I've never seen a PCI webcam, do they even exist?   :Shocked: 

----------

## The_Document

 *Jaglover wrote:*   

> I've never seen a PCI webcam, do they even exist?  

 

Probly do.

----------

## Jaglover

Well, according to your lspci you don't have one of those hypothetical PCI webcams. Dedicating a PCI line to a webcam would be a waste of resources indeed.

----------

## The_Document

 *Jaglover wrote:*   

> Well, according to your lspci you don't have one of those.

 

I meant as in they are probably on sale SOMEWERE. Im pretty sure military drones likely utilised it since they have cameras which can read small print on a peice of paper on the ground from very high altitudes thus the necessity for a high data rate interface. But I don't know what to enable in kernel

kernel config :

https://paste.pound-python.org/show/hDcJH0PerwzQNWWJ6EmJ/

----------

## Jaglover

Back to square one, why don't you tell us what camera you have?

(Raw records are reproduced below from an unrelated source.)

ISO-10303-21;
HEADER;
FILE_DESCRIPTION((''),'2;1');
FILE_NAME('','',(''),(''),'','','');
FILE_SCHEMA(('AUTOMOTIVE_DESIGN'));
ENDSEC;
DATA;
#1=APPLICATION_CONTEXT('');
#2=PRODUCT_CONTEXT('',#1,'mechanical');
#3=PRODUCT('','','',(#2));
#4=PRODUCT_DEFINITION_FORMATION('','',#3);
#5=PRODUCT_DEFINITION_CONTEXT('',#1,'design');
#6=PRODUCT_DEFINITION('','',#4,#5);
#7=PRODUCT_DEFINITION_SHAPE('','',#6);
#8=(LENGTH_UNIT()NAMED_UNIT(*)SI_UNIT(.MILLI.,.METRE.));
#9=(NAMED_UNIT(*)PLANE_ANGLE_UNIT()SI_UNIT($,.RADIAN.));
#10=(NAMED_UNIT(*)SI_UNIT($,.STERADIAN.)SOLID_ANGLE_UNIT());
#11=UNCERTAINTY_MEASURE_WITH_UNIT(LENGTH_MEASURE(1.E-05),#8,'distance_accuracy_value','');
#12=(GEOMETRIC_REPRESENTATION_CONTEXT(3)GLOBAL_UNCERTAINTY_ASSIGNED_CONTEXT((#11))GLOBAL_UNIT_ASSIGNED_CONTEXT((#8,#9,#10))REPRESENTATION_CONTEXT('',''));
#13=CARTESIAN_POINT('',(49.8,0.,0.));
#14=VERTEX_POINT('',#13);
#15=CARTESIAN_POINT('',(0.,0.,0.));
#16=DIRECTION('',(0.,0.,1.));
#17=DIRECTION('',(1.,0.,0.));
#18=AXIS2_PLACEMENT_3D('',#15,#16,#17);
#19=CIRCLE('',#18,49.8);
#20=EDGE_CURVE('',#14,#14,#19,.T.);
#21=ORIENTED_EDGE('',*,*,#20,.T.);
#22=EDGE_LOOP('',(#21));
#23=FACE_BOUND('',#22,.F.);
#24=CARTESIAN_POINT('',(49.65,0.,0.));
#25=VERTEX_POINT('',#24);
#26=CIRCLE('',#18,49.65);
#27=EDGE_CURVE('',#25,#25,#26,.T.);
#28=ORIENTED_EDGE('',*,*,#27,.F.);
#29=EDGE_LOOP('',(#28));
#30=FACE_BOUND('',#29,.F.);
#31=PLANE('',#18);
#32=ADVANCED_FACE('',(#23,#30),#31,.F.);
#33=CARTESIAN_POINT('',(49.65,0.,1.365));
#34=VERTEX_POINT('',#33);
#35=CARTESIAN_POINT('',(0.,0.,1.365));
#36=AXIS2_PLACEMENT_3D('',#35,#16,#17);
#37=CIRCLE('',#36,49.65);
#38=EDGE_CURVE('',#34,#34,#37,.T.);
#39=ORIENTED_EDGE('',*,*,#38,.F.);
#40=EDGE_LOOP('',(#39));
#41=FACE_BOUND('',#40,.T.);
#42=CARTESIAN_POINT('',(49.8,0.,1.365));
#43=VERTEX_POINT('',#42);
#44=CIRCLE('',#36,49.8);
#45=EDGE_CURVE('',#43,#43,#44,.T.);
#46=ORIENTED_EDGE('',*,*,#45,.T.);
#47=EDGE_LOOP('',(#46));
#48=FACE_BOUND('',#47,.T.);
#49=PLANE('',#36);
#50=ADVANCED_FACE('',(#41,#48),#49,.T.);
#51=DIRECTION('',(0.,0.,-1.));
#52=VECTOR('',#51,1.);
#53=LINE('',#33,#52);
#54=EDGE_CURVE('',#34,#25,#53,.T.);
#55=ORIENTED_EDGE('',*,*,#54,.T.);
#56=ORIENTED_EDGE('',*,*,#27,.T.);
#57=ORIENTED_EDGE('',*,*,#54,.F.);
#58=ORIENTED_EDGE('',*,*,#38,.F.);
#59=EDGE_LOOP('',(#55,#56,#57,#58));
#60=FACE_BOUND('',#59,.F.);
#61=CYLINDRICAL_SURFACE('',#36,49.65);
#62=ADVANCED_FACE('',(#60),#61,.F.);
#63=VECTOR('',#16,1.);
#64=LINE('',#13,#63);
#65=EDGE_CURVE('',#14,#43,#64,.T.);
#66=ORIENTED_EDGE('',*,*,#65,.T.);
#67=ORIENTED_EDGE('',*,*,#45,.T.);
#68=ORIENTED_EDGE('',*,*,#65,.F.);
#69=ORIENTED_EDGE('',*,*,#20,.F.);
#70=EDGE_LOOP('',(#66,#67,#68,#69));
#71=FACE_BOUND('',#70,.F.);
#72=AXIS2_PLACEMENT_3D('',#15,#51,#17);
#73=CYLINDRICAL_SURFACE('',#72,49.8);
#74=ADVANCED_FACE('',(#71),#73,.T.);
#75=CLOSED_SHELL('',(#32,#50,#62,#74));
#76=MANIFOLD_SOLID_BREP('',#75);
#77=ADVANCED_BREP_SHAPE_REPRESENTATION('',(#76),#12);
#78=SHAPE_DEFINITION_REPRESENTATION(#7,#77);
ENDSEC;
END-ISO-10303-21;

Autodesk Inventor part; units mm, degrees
ref_plane "YZ Plane" through (0, 0, 0) normal (1, 0, 0) x (0, 1, 0)
ref_plane "XZ Plane" through (0, 0, 0) normal (0, 1, 0) x (-1, 0, 0)
ref_plane "XY Plane" through (0, 0, 0) normal (0, 0, 1) x (1, 0, 0)
sketch "Sketch1" plane through (0, 0, 0) normal (0, 0, 1) x (1, 0, 0)
  circle A0 centre (0, 0) radius 49.8
  dimension "d0" = 99.6
extrude "Extrusion1" add sketch "Sketch1" along normal blind 1.365
sketch "Sketch2" plane through (0, 0, 1.365) normal (0, 0, 1) x (1, 0, 0)
  circle A0 centre (0, 0) radius 49.65
  dimension "d3" = 99.3
extrude "Extrusion2" cut sketch "Sketch2" against normal through all
properties part number "BNG_REV_00_8"
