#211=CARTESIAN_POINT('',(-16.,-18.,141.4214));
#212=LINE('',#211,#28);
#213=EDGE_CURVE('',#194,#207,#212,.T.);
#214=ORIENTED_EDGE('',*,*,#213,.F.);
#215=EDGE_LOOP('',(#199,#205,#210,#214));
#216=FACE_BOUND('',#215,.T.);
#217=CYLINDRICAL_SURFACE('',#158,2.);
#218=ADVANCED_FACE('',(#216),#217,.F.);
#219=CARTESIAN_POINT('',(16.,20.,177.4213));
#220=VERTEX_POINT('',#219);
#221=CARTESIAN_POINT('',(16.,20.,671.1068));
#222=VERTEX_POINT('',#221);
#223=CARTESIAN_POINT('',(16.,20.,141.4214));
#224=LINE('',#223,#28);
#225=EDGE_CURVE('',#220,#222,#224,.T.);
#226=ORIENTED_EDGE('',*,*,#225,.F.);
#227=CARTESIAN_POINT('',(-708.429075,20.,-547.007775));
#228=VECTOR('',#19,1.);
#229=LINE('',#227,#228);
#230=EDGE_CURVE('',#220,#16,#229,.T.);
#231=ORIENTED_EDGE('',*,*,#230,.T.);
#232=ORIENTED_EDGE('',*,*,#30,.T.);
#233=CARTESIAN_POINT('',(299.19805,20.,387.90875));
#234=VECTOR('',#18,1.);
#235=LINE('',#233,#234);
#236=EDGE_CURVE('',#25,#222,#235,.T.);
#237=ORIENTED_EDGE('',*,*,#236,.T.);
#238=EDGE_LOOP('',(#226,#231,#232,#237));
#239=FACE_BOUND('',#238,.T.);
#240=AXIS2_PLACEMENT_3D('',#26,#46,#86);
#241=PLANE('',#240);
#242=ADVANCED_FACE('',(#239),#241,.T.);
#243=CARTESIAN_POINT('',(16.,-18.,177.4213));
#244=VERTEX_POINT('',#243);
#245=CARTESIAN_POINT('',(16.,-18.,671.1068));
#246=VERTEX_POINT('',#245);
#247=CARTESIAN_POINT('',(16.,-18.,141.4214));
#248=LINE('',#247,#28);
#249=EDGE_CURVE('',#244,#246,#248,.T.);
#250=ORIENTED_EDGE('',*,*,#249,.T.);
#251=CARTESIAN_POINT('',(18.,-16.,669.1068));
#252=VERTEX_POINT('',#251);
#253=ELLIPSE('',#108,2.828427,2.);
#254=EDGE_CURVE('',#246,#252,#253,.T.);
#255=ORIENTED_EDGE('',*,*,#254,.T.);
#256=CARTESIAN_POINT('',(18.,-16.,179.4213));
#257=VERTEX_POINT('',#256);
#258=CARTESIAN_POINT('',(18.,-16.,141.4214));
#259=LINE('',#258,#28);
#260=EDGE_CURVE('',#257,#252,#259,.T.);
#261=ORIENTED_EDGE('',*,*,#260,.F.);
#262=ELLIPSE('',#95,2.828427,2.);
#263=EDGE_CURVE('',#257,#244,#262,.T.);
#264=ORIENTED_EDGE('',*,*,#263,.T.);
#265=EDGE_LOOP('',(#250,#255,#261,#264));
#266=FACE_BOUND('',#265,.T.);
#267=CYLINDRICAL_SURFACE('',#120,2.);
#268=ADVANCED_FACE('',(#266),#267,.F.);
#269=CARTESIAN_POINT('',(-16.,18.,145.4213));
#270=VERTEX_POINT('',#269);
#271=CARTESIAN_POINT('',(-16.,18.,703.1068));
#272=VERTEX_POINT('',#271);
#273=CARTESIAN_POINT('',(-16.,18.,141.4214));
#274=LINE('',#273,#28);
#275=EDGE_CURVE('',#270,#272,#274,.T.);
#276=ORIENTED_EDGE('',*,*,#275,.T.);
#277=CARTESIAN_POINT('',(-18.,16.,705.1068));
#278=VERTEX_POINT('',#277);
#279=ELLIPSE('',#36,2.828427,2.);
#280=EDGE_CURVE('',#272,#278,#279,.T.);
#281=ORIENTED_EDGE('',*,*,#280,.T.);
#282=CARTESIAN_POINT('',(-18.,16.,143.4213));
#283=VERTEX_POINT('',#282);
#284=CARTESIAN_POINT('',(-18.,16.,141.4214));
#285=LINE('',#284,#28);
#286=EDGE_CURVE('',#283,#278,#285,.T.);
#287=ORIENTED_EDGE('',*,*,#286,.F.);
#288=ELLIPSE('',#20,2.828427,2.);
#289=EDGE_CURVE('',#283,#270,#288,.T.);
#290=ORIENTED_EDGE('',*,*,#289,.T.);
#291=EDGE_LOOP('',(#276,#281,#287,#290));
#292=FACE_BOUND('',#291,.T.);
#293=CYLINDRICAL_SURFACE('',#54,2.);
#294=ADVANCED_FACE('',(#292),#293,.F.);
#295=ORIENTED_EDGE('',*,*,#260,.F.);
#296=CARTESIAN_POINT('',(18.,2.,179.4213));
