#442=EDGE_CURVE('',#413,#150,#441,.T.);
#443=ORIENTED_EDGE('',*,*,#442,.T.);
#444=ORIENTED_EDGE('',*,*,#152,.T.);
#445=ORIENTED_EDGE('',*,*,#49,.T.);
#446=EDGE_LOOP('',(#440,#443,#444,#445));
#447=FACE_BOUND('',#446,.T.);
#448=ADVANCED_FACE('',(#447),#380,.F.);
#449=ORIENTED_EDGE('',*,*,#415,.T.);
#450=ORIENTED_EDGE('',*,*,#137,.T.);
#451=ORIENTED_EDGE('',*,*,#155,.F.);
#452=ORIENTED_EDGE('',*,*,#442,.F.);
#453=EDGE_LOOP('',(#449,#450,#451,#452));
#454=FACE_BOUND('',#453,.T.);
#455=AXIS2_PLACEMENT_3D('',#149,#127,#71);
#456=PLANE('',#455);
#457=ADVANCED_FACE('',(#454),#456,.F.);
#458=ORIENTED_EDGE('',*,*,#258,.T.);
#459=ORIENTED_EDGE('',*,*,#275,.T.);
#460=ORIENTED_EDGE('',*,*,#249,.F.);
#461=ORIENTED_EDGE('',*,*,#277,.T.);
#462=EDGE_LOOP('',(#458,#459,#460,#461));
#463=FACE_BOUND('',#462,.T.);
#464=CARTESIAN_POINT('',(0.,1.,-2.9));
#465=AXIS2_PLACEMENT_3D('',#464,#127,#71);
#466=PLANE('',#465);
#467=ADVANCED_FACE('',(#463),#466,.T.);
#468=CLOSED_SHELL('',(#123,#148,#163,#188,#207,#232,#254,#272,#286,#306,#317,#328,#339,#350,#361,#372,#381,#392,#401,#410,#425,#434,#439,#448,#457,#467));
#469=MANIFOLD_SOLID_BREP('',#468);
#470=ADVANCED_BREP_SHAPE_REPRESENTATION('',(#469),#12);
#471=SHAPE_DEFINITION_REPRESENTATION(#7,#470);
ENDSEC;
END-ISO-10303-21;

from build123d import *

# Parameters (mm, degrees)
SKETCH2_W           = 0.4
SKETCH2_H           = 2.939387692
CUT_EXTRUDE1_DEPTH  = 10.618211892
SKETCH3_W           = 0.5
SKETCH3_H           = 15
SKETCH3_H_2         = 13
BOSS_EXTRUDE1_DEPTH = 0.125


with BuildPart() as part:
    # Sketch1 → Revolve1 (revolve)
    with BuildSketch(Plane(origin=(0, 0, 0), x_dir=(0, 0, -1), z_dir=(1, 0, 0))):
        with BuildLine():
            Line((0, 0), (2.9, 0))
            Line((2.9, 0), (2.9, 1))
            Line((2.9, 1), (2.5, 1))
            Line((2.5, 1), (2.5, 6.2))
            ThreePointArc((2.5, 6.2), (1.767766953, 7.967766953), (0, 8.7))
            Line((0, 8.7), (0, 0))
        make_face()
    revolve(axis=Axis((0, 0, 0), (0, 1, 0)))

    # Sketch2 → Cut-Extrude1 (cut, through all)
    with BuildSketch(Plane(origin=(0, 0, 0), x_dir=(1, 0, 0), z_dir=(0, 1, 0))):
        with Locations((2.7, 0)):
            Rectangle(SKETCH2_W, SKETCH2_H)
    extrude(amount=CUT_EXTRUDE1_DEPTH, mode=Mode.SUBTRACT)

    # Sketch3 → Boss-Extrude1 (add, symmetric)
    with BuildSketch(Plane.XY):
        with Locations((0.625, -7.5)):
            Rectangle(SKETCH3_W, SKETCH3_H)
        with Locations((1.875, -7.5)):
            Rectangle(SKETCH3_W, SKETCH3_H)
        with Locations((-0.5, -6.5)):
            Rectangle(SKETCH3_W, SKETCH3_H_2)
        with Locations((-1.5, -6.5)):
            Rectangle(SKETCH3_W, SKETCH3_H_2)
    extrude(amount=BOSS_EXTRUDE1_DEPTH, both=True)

Didn't depontius already ask that?

----------

## The_Document

 *Jaglover wrote:*   

> Back to square one, why don't you tell us what camera you have? Didn't depontius already ask that?

 

I already got it working and he didn't ask for "what camera I have" he asked for hardware information.

----------

## Jaglover

Sorry, I was thinking the camera is hardware. I know mine is.   :Rolling Eyes:  What a software camera looks like?

----------

## depontius

Your webcam is probably USB-attached, as most are.  In this case, "lsusb -vv" might tell more.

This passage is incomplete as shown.